Does anyone know anywhere that hires home winemaking equipment in Adelaide?


----------



## pokolbinguy (16/2/11)

Probably doesn't exist unfortunatley. your best bet will probably be making friends with a mini winery or find a local home winemaker/brewer to borrow/share gear with.


----------



## mwd (16/2/11)

Don't really need much equipment for winemaking, demijohn bung and airlock, hydrometer. Unless you are thinking about a grape winepress. Don't have to make wine from grapes lots of fruits can be used.
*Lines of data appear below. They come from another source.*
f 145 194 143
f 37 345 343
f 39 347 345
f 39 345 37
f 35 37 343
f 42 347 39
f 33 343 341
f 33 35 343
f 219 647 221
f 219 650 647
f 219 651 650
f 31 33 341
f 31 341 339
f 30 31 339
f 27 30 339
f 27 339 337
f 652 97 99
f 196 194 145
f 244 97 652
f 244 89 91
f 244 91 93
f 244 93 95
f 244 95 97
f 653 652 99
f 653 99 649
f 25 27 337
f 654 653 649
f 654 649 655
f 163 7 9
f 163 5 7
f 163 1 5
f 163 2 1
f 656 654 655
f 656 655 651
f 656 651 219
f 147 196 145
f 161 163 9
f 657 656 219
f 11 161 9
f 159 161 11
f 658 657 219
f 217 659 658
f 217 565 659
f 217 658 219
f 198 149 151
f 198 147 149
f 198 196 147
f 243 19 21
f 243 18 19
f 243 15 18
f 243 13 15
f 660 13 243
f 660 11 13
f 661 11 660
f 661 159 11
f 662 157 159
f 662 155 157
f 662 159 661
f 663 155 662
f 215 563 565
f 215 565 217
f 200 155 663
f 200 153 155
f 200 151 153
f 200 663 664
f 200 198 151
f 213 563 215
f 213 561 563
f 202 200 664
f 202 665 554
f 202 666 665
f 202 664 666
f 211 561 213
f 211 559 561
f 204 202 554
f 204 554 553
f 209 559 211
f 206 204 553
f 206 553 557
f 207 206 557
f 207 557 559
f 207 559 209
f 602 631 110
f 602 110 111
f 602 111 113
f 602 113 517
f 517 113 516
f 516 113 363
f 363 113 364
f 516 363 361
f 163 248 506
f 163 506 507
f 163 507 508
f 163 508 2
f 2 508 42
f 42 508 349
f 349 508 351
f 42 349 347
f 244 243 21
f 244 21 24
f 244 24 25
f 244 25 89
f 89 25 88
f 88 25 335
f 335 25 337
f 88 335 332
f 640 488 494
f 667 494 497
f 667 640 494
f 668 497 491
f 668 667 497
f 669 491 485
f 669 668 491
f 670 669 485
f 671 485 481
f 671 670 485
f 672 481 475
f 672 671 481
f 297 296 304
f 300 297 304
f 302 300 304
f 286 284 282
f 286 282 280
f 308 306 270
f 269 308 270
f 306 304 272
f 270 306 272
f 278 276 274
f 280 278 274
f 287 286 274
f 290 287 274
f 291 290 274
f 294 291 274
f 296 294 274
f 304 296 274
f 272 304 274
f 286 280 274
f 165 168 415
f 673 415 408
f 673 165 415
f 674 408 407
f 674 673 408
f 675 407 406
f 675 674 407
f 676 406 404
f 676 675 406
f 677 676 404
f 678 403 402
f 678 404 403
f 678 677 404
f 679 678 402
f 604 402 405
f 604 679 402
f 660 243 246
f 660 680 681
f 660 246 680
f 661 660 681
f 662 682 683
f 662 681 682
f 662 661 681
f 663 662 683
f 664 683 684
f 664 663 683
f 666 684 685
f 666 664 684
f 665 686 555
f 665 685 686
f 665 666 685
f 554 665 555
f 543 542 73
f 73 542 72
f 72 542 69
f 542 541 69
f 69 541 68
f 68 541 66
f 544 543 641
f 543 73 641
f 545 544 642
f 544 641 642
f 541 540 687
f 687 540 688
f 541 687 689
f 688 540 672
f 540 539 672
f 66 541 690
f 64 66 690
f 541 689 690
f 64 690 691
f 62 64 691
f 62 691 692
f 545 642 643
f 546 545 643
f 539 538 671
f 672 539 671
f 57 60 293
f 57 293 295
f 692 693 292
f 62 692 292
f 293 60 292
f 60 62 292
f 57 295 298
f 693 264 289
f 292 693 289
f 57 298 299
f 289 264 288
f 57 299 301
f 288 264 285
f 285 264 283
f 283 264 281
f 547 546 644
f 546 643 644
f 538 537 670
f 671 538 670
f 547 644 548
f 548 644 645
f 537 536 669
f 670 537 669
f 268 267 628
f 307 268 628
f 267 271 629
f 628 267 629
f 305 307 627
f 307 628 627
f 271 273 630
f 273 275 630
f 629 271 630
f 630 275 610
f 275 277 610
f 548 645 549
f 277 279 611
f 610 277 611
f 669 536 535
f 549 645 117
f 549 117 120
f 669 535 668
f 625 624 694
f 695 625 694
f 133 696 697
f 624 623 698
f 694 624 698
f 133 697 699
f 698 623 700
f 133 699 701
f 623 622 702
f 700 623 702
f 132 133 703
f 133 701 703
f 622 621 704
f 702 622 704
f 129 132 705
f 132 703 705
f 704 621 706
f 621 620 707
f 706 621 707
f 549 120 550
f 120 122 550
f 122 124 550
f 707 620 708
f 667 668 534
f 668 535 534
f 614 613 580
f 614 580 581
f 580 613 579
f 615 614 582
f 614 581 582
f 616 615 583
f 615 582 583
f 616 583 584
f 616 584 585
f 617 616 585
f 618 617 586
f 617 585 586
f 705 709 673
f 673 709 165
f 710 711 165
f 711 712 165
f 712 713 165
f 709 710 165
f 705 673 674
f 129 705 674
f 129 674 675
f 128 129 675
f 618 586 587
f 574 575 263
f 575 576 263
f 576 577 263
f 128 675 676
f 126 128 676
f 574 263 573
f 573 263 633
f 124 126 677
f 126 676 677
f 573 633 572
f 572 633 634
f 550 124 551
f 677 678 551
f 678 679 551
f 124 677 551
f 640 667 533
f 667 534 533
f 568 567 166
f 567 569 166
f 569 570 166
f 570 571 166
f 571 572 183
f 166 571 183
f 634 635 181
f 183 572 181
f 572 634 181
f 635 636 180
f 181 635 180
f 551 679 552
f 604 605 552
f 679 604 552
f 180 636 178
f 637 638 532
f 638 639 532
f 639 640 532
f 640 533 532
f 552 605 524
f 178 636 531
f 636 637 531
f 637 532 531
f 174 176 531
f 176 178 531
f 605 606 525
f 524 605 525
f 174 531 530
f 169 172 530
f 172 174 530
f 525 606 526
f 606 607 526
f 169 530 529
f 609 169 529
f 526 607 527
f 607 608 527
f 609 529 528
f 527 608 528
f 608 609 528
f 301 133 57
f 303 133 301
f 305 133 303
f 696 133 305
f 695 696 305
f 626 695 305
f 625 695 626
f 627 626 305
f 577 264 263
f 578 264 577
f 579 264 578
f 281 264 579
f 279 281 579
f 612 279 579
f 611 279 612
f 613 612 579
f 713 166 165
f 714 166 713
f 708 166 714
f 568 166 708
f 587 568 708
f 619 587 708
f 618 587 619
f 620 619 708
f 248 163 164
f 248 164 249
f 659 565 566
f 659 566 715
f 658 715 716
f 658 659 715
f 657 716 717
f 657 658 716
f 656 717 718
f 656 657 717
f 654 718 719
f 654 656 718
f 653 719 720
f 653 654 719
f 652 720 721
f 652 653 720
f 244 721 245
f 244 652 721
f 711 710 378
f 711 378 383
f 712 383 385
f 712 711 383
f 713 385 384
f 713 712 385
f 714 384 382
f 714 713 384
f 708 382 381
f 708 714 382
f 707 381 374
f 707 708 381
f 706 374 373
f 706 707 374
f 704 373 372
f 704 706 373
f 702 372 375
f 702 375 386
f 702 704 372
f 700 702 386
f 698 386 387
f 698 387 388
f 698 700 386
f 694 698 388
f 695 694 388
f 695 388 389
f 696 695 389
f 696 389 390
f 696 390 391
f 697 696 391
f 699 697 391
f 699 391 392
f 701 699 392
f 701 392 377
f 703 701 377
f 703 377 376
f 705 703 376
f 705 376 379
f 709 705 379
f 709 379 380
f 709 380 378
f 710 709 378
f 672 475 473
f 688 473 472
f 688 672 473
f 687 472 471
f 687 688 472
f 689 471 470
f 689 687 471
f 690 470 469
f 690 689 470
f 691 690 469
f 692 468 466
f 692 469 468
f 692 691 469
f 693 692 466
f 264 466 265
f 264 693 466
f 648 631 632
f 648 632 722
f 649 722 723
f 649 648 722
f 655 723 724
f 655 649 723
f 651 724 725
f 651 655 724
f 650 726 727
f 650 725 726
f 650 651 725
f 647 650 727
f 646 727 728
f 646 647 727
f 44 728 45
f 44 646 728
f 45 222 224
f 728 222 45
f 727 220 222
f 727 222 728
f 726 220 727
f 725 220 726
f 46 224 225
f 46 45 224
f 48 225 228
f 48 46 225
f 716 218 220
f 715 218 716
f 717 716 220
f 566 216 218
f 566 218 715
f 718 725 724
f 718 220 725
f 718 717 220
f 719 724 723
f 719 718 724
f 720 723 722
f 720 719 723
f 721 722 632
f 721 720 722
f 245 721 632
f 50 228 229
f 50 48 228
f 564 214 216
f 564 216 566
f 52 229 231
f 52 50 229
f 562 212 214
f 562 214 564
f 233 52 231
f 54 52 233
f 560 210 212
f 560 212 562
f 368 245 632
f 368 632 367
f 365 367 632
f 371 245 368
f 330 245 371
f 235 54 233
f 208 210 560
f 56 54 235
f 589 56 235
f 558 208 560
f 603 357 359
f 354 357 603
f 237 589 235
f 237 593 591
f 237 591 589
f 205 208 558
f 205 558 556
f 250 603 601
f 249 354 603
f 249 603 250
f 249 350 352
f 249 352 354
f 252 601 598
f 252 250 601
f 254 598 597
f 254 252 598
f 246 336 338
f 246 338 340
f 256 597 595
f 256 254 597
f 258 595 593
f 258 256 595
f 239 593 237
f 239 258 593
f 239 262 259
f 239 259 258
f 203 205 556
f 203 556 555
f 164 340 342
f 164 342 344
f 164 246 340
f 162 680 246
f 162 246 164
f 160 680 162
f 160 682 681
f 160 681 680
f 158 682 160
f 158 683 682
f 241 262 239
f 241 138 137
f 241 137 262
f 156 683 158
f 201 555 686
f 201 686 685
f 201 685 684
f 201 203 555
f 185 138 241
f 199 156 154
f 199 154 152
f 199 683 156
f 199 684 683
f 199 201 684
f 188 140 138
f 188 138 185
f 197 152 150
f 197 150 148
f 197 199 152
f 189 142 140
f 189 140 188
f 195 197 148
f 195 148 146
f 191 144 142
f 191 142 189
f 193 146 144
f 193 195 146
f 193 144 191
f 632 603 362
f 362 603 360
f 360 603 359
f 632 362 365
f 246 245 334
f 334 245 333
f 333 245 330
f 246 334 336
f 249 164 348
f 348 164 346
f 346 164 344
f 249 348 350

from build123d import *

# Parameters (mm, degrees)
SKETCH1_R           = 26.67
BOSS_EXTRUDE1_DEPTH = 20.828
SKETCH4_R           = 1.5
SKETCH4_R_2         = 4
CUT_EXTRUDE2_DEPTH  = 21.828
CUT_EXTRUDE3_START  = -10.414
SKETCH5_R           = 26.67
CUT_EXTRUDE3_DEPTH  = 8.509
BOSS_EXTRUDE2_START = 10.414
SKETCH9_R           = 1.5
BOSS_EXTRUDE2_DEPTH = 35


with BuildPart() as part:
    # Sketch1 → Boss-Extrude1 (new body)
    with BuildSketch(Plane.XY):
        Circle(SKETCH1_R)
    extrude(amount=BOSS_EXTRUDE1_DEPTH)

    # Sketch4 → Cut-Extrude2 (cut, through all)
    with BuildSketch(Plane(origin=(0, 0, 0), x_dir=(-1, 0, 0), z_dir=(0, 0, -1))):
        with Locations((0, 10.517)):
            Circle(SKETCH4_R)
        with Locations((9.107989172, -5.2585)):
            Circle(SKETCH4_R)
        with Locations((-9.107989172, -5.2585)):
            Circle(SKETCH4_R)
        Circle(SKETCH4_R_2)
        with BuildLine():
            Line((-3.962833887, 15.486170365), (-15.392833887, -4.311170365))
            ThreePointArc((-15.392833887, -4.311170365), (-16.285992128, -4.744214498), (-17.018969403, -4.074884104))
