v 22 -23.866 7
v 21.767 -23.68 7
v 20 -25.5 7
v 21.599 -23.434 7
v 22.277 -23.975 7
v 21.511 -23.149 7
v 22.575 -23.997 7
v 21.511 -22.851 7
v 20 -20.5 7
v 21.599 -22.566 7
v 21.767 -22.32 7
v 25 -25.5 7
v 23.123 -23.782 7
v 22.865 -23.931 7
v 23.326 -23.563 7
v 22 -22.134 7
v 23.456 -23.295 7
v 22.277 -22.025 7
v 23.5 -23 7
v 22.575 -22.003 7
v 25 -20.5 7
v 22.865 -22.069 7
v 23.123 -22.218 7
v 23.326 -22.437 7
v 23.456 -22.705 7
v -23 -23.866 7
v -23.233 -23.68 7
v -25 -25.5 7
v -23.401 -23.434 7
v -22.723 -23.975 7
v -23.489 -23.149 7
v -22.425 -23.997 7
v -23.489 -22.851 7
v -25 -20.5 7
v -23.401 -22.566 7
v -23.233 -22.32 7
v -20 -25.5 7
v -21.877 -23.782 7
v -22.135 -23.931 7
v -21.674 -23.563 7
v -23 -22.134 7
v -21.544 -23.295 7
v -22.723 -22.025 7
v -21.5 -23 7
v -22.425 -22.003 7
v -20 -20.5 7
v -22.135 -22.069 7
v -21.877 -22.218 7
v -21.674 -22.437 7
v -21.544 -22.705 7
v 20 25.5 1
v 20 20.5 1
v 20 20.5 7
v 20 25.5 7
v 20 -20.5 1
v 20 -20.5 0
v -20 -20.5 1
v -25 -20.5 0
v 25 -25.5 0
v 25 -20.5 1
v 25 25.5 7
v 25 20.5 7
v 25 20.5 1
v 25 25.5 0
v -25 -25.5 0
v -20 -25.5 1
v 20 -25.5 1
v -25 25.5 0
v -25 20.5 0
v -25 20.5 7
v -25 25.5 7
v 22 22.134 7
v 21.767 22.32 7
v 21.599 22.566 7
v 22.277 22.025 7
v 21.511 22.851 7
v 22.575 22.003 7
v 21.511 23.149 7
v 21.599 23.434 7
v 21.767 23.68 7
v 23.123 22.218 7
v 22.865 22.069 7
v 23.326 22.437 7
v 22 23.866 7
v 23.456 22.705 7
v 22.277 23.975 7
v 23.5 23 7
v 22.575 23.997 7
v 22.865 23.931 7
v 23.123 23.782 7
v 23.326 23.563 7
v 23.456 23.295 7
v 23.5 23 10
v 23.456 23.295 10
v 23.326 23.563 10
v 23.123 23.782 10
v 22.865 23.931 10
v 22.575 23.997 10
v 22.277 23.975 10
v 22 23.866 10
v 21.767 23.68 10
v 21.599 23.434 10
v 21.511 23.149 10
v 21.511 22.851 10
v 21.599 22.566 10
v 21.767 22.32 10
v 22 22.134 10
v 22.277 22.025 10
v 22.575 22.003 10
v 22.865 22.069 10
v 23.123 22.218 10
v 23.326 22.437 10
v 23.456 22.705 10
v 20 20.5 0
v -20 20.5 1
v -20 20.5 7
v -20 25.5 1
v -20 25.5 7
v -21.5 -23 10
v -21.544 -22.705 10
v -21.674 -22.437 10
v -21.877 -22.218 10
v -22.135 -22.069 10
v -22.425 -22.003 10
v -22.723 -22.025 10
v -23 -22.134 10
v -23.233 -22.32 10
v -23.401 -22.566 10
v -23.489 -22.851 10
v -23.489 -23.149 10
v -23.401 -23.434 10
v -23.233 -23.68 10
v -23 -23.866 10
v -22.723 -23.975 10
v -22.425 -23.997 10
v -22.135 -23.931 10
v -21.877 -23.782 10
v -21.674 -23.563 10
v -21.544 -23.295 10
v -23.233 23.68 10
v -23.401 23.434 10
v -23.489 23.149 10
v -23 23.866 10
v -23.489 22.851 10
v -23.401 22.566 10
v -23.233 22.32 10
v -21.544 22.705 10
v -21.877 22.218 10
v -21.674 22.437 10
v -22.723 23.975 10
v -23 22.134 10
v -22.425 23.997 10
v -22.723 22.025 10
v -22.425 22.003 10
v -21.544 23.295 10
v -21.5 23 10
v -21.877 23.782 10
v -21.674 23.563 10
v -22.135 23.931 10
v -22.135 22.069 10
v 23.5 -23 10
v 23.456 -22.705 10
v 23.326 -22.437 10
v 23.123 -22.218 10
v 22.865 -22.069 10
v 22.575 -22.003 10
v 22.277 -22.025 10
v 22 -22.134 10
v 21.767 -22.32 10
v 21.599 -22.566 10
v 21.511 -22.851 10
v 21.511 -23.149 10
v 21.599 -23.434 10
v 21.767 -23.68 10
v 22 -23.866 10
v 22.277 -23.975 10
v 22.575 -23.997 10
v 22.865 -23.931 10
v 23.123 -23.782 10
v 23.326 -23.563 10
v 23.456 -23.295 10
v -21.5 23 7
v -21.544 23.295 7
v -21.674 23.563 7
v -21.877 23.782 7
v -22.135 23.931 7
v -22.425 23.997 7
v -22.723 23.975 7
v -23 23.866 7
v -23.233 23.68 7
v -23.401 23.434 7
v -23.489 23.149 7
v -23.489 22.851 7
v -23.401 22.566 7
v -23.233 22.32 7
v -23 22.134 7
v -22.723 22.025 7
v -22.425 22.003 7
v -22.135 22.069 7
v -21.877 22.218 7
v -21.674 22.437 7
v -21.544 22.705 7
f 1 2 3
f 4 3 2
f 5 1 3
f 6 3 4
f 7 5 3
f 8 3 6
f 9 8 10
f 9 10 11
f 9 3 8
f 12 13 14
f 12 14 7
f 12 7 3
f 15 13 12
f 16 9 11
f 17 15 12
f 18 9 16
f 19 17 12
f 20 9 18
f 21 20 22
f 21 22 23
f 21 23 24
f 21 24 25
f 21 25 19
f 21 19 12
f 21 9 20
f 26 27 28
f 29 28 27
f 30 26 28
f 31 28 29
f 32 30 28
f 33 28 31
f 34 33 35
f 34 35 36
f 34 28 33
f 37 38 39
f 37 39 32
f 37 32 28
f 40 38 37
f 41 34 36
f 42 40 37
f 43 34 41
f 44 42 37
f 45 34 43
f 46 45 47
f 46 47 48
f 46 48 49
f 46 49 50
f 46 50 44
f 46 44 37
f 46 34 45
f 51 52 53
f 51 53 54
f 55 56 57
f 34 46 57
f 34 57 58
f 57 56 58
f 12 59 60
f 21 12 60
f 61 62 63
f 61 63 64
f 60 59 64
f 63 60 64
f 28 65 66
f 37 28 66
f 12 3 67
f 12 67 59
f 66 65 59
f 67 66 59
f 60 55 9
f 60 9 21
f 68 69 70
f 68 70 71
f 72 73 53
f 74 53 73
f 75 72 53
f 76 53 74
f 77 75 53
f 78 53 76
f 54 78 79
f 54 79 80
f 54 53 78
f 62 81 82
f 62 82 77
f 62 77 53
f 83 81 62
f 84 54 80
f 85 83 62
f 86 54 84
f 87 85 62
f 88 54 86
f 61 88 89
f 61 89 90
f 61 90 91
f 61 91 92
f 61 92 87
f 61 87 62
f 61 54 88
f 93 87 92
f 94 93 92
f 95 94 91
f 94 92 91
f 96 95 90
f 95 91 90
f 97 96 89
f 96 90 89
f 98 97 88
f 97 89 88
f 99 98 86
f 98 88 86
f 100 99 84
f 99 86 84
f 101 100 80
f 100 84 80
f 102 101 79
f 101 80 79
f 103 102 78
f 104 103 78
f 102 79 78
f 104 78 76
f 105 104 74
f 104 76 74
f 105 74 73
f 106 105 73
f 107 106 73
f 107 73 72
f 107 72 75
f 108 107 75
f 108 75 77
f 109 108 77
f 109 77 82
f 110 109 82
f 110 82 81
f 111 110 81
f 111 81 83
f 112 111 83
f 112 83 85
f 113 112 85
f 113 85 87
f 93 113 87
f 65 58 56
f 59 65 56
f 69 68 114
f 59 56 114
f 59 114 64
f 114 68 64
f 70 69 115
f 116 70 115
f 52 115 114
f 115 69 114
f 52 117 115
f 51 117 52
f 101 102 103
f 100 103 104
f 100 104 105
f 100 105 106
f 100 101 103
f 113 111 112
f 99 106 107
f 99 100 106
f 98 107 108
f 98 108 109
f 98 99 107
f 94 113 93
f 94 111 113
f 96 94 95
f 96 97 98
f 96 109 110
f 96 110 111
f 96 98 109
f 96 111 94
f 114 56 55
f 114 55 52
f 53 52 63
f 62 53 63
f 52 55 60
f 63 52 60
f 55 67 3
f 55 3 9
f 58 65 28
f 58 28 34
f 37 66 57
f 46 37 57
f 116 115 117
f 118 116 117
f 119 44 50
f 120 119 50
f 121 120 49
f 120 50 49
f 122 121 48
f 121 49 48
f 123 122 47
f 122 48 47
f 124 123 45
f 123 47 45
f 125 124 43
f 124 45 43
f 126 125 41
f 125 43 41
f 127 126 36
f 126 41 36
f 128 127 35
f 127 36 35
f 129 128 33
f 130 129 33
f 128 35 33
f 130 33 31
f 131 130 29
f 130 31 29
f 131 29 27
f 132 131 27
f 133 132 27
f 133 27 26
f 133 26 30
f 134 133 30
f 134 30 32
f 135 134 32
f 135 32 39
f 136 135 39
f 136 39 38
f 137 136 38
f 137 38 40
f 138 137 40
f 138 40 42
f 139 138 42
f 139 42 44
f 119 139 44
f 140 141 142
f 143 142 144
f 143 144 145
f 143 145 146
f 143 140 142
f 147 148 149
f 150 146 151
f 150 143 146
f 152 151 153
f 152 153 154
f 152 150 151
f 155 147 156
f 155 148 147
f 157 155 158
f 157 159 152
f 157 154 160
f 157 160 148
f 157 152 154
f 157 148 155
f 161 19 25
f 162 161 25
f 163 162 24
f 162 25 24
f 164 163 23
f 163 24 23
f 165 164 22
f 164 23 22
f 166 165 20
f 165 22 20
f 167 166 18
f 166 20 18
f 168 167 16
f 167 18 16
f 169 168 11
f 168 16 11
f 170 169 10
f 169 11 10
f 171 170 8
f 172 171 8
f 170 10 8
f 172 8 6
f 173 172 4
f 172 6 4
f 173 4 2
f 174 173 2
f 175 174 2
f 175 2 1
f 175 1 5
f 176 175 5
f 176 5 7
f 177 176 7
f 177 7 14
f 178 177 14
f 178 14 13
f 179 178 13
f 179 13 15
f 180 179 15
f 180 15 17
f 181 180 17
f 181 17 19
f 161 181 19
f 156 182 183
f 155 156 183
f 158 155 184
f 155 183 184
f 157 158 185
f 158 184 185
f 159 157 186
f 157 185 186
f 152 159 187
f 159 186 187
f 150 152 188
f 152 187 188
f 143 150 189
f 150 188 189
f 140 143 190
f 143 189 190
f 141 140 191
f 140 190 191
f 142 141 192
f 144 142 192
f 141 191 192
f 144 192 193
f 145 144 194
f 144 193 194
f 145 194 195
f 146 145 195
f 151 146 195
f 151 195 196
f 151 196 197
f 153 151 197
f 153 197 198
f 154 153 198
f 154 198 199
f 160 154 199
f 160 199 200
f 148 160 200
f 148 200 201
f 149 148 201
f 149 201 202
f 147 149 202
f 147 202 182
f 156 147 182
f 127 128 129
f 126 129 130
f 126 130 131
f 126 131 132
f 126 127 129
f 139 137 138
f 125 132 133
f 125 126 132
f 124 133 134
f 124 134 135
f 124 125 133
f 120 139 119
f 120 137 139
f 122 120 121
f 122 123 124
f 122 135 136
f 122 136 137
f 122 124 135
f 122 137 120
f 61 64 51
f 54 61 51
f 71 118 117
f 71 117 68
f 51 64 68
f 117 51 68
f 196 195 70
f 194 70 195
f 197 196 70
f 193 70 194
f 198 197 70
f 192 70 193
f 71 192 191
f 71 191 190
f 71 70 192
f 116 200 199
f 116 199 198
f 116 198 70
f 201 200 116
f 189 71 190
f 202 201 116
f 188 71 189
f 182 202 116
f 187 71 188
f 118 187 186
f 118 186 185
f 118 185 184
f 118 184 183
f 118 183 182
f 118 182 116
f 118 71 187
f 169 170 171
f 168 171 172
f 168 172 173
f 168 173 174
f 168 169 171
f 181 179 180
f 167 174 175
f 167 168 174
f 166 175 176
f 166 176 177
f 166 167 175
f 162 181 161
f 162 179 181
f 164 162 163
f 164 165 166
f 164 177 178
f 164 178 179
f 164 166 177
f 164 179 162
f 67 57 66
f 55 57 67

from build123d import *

# Parameters (mm, degrees)
F0_W     = 40
F0_H     = 5
F0_W_2   = 5
F0_R     = 1
F0_H_2   = 41
F1_DEPTH = 1
F2_DEPTH = 7
F3_DEPTH = 10


with BuildPart() as f1:
    # F0 (on Top) → F1 (new body)
    with BuildSketch(Plane.XY):
        with Locations((0, -23)):
            Rectangle(F0_W, F0_H)
        with Locations((0, 23)):
            Rectangle(F0_W, F0_H)
        with Locations((-22.5, 23)):
            Rectangle(F0_W_2, F0_H)
        with Locations((-22.5, 23)):
            Circle(F0_R, mode=Mode.SUBTRACT)
        with Locations((22.5, 23)):
            Rectangle(F0_W_2, F0_H)
        with Locations((22.5, 23)):
            Circle(F0_R, mode=Mode.SUBTRACT)
        with Locations((22.5, -23)):
            Rectangle(F0_W_2, F0_H)
        with Locations((22.5, -23)):
            Circle(F0_R, mode=Mode.SUBTRACT)
        with Locations((-22.5, -23)):
            Rectangle(F0_W_2, F0_H)
        with Locations((-22.5, -23)):
            Circle(F0_R, mode=Mode.SUBTRACT)
        with Locations((22.5, 0)):
            Rectangle(F0_W_2, F0_H_2)
        with Locations((-22.5, 23)):
            Circle(F0_R)
        with Locations((22.5, 23)):
            Circle(F0_R)
        with Locations((22.5, -23)):
            Circle(F0_R)
        with Locations((-22.5, -23)):
            Circle(F0_R)
    extrude(amount=F1_DEPTH)

    # F0 (on Top) → F2 (join)
    with BuildSketch(Plane.XY):
        with Locations((22.5, 23)):
            Rectangle(F0_W_2, F0_H)
        with Locations((22.5, 23)):
            Circle(F0_R, mode=Mode.SUBTRACT)
        with Locations((22.5, 23)):
            Circle(F0_R)
        with Locations((-22.5, 23)):
            Rectangle(F0_W_2, F0_H)
        with Locations((-22.5, 23)):
            Circle(F0_R, mode=Mode.SUBTRACT)
        with Locations((-22.5, 23)):
            Circle(F0_R)
        with Locations((22.5, -23)):
            Rectangle(F0_W_2, F0_H)
        with Locations((22.5, -23)):
            Circle(F0_R, mode=Mode.SUBTRACT)
        with Locations((22.5, -23)):
            Circle(F0_R)
        with Locations((-22.5, -23)):
            Rectangle(F0_W_2, F0_H)
        with Locations((-22.5, -23)):
            Circle(F0_R, mode=Mode.SUBTRACT)
        with Locations((-22.5, -23)):
            Circle(F0_R)
    extrude(amount=F2_DEPTH)

    # F0 (on Top) → F3 (join)
    with BuildSketch(Plane.XY):
        with Locations((22.5, 23)):
            Circle(F0_R)
        with Locations((-22.5, 23)):
            Circle(F0_R)
        with Locations((-22.5, -23)):
            Circle(F0_R)
        with Locations((22.5, -23)):
            Circle(F0_R)
    extrude(amount=F3_DEPTH)


solid = f1.part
old school technique 4lbs fruit per gallon as rule of thumb.


----------



## hughyg (16/2/11)

I'm talking 600kg ferment. So demijohn won't cut it. I'm looking for a press and destemmer


----------



## drsmurto (19/2/11)

hughyg said:


> I'm talking 600kg ferment. So demijohn won't cut it. I'm looking for a press and destemmer



A basket press can be hired/borrowed and you don't really need a destemmer. Do a search for 'carbonic maceration'.

Not making wine this year but last years batch was 1200kg, grapes weren't crushed.


----------



## hughyg (19/2/11)

Where can you hire the press DrSmurto?


----------



## drsmurto (19/2/11)

hughyg said:


> Where can you hire the press DrSmurto?



The jovial monk used to have one for hire back when he had a shop.

I would be asking at winequip for ideas, not sure if they sell them.

I have contacts who lend me one.


----------



## stef (23/2/11)

Giganis on South Road also have a fair bit of gear. They strike me as the sort of mob who would know where to hire etc from too.


----------



## wynnum1 (24/2/11)

What does fermenter bag cost 
http://www.grapeworks.com.au/winery-equipm...ermentabag.html


----------